---- Data extract
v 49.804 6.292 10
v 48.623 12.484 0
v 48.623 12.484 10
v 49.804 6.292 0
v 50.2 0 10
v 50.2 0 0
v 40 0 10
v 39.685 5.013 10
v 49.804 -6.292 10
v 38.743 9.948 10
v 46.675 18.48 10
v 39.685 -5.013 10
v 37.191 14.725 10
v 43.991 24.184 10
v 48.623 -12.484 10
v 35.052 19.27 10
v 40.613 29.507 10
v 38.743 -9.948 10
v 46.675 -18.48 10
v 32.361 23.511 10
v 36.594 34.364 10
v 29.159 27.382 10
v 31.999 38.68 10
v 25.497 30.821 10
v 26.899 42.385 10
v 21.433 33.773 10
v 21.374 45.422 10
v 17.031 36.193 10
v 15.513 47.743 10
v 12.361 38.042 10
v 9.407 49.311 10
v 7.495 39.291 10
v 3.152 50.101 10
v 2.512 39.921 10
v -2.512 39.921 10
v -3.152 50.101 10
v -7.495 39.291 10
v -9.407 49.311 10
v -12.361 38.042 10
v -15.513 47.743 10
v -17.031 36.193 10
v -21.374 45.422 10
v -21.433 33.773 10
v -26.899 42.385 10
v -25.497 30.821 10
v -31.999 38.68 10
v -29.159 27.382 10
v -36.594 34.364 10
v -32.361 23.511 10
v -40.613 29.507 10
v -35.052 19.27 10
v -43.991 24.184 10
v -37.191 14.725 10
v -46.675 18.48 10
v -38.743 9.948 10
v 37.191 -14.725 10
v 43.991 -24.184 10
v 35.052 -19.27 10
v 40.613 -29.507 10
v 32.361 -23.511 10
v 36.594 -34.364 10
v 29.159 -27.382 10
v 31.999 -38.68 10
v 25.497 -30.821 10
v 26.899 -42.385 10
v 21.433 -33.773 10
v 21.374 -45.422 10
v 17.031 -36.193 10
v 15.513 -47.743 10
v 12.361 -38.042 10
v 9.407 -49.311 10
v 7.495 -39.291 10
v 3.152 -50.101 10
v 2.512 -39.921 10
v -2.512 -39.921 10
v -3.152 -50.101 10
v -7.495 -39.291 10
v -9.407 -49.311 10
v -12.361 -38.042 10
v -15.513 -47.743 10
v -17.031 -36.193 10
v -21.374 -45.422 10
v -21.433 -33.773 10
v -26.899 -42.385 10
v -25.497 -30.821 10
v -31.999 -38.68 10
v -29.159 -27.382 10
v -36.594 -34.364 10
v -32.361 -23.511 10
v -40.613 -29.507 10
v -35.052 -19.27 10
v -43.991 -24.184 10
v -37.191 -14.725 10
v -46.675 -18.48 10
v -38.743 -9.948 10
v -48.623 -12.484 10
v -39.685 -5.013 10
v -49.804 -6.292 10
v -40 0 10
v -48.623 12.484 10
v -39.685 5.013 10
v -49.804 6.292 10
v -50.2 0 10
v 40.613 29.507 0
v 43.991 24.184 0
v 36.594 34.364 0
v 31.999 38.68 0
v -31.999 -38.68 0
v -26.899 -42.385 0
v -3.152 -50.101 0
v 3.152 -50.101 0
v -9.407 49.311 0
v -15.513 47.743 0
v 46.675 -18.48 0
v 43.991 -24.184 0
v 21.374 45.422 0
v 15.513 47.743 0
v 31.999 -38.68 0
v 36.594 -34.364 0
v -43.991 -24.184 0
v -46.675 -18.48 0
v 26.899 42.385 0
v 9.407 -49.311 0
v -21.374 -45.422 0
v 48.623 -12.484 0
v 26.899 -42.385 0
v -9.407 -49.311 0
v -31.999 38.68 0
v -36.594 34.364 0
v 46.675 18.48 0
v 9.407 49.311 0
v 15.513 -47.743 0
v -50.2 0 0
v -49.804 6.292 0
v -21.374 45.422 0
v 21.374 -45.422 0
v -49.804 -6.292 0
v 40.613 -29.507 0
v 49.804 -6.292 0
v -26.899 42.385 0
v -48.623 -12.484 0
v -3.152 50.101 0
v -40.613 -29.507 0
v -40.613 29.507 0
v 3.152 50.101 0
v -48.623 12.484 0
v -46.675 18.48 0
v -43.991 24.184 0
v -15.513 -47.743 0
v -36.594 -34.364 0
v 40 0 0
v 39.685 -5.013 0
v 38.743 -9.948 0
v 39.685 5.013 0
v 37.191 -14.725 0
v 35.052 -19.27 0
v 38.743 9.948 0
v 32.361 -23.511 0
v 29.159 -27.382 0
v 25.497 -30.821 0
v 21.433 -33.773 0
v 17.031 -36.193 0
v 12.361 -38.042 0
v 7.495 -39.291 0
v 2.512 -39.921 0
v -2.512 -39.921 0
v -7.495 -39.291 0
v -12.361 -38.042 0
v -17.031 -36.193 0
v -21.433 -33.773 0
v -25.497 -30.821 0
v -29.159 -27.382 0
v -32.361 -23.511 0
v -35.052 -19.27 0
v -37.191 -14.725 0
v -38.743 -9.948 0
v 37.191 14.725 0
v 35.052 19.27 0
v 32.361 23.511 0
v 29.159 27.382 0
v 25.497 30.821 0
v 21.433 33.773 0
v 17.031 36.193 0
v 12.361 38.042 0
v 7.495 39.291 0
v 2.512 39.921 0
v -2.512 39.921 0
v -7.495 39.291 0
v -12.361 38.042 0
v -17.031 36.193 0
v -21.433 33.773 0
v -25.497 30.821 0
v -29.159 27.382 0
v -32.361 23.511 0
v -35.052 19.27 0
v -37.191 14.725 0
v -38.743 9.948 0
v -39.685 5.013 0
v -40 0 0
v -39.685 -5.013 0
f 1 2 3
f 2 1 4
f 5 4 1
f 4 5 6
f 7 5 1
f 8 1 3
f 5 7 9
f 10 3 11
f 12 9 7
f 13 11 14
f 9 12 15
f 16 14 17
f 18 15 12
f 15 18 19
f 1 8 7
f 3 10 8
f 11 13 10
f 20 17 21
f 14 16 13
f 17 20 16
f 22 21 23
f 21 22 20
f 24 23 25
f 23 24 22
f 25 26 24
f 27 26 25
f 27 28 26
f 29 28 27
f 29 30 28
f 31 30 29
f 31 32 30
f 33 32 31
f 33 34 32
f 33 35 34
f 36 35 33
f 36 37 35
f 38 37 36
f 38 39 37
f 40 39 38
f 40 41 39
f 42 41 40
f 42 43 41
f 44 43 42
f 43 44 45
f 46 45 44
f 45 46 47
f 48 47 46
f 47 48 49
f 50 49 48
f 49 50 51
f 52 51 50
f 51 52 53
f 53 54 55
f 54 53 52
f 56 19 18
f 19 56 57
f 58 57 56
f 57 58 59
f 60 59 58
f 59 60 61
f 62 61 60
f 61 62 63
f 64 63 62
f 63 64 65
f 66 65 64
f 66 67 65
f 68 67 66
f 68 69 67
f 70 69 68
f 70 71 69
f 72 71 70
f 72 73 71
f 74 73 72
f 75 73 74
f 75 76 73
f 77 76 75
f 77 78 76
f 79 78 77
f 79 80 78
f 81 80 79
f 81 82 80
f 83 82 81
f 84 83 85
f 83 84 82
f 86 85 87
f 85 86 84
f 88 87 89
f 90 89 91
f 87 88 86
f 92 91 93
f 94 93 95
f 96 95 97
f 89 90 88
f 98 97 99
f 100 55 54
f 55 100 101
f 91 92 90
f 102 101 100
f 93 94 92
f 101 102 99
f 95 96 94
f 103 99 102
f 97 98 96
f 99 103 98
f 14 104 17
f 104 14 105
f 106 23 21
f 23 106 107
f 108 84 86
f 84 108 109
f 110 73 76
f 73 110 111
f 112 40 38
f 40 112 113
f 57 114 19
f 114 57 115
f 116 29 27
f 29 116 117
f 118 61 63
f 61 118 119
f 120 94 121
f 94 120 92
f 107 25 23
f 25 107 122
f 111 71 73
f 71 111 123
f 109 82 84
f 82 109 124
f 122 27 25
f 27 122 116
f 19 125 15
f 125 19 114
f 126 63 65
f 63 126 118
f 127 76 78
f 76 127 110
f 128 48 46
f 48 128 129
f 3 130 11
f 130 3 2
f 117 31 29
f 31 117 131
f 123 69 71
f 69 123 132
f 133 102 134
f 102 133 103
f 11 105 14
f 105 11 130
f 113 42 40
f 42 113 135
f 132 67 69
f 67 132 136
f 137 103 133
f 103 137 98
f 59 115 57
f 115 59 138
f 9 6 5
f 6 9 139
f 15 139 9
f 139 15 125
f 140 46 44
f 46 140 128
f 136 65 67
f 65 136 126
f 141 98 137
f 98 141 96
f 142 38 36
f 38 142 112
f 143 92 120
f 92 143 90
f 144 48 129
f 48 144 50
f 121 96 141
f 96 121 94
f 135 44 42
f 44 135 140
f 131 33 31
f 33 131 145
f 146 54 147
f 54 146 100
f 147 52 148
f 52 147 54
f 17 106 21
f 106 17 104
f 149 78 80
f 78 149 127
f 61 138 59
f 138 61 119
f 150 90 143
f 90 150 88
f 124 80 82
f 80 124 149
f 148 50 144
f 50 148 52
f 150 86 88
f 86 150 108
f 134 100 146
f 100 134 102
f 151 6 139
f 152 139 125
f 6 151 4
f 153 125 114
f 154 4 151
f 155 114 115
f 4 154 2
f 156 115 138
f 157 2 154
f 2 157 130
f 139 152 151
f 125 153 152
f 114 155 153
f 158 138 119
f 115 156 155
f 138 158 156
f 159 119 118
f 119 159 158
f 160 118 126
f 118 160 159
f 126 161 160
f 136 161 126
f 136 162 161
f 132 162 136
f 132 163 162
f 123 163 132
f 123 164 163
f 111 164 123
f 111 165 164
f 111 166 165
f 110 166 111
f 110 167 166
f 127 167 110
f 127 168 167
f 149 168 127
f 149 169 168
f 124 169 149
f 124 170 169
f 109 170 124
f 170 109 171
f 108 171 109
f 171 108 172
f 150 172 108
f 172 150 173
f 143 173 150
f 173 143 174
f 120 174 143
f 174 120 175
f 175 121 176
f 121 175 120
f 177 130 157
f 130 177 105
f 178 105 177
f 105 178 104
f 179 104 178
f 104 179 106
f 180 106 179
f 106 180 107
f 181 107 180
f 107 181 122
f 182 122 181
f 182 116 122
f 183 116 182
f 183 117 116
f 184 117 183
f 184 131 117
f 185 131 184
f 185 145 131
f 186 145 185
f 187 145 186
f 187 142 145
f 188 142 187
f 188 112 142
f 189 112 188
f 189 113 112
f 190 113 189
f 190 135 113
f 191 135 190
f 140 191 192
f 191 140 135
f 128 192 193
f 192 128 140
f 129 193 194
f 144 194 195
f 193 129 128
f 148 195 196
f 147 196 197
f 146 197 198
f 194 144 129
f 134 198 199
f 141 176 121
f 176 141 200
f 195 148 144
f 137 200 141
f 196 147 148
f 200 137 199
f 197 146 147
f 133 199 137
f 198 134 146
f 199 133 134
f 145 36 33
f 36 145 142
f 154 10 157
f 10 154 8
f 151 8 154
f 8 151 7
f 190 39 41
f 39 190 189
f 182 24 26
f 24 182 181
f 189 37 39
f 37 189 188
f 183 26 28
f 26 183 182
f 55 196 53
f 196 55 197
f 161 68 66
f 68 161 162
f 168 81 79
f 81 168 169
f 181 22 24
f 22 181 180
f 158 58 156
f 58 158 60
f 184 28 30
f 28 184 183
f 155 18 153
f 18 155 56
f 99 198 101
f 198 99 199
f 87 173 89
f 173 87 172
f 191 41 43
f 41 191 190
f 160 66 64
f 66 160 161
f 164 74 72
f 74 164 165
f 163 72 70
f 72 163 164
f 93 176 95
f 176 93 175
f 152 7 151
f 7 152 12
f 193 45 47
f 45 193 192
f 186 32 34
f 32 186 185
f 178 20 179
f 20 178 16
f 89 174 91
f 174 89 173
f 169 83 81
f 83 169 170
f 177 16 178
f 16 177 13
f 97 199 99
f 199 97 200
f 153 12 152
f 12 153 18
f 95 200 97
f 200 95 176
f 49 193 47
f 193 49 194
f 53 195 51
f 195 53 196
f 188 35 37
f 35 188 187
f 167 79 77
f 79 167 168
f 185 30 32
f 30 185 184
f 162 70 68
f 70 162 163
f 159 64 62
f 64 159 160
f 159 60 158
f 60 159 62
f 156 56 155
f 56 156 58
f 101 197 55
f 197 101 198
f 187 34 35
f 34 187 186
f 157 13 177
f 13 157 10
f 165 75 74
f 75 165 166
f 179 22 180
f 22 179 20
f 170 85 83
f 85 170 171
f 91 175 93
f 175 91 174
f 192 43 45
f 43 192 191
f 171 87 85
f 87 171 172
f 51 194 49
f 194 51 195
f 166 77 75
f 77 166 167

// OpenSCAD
$fn = 50;


difference() {
	union() {
		cylinder(h = 10, r = 50.2000000000);
	}
	union() {
		cylinder(h = 10, r = 40.0000000000);
	}
}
--------
- What you should do -
In the listing above, find the line with "f 80 124 149" and the line with "f 167 79 77", then print exactly those lines and every line between them.

- Written solution -
f 80 124 149
f 148 50 144
f 50 148 52
f 150 86 88
f 86 150 108
f 134 100 146
f 100 134 102
f 151 6 139
f 152 139 125
f 6 151 4
f 153 125 114
f 154 4 151
f 155 114 115
f 4 154 2
f 156 115 138
f 157 2 154
f 2 157 130
f 139 152 151
f 125 153 152
f 114 155 153
f 158 138 119
f 115 156 155
f 138 158 156
f 159 119 118
f 119 159 158
f 160 118 126
f 118 160 159
f 126 161 160
f 136 161 126
f 136 162 161
f 132 162 136
f 132 163 162
f 123 163 132
f 123 164 163
f 111 164 123
f 111 165 164
f 111 166 165
f 110 166 111
f 110 167 166
f 127 167 110
f 127 168 167
f 149 168 127
f 149 169 168
f 124 169 149
f 124 170 169
f 109 170 124
f 170 109 171
f 108 171 109
f 171 108 172
f 150 172 108
f 172 150 173
f 143 173 150
f 173 143 174
f 120 174 143
f 174 120 175
f 175 121 176
f 121 175 120
f 177 130 157
f 130 177 105
f 178 105 177
f 105 178 104
f 179 104 178
f 104 179 106
f 180 106 179
f 106 180 107
f 181 107 180
f 107 181 122
f 182 122 181
f 182 116 122
f 183 116 182
f 183 117 116
f 184 117 183
f 184 131 117
f 185 131 184
f 185 145 131
f 186 145 185
f 187 145 186
f 187 142 145
f 188 142 187
f 188 112 142
f 189 112 188
f 189 113 112
f 190 113 189
f 190 135 113
f 191 135 190
f 140 191 192
f 191 140 135
f 128 192 193
f 192 128 140
f 129 193 194
f 144 194 195
f 193 129 128
f 148 195 196
f 147 196 197
f 146 197 198
f 194 144 129
f 134 198 199
f 141 176 121
f 176 141 200
f 195 148 144
f 137 200 141
f 196 147 148
f 200 137 199
f 197 146 147
f 133 199 137
f 198 134 146
f 199 133 134
f 145 36 33
f 36 145 142
f 154 10 157
f 10 154 8
f 151 8 154
f 8 151 7
f 190 39 41
f 39 190 189
f 182 24 26
f 24 182 181
f 189 37 39
f 37 189 188
f 183 26 28
f 26 183 182
f 55 196 53
f 196 55 197
f 161 68 66
f 68 161 162
f 168 81 79
f 81 168 169
f 181 22 24
f 22 181 180
f 158 58 156
f 58 158 60
f 184 28 30
f 28 184 183
f 155 18 153
f 18 155 56
f 99 198 101
f 198 99 199
f 87 173 89
f 173 87 172
f 191 41 43
f 41 191 190
f 160 66 64
f 66 160 161
f 164 74 72
f 74 164 165
f 163 72 70
f 72 163 164
f 93 176 95
f 176 93 175
f 152 7 151
f 7 152 12
f 193 45 47
f 45 193 192
f 186 32 34
f 32 186 185
f 178 20 179
f 20 178 16
f 89 174 91
f 174 89 173
f 169 83 81
f 83 169 170
f 177 16 178
f 16 177 13
f 97 199 99
f 199 97 200
f 153 12 152
f 12 153 18
f 95 200 97
f 200 95 176
f 49 193 47
f 193 49 194
f 53 195 51
f 195 53 196
f 188 35 37
f 35 188 187
f 167 79 77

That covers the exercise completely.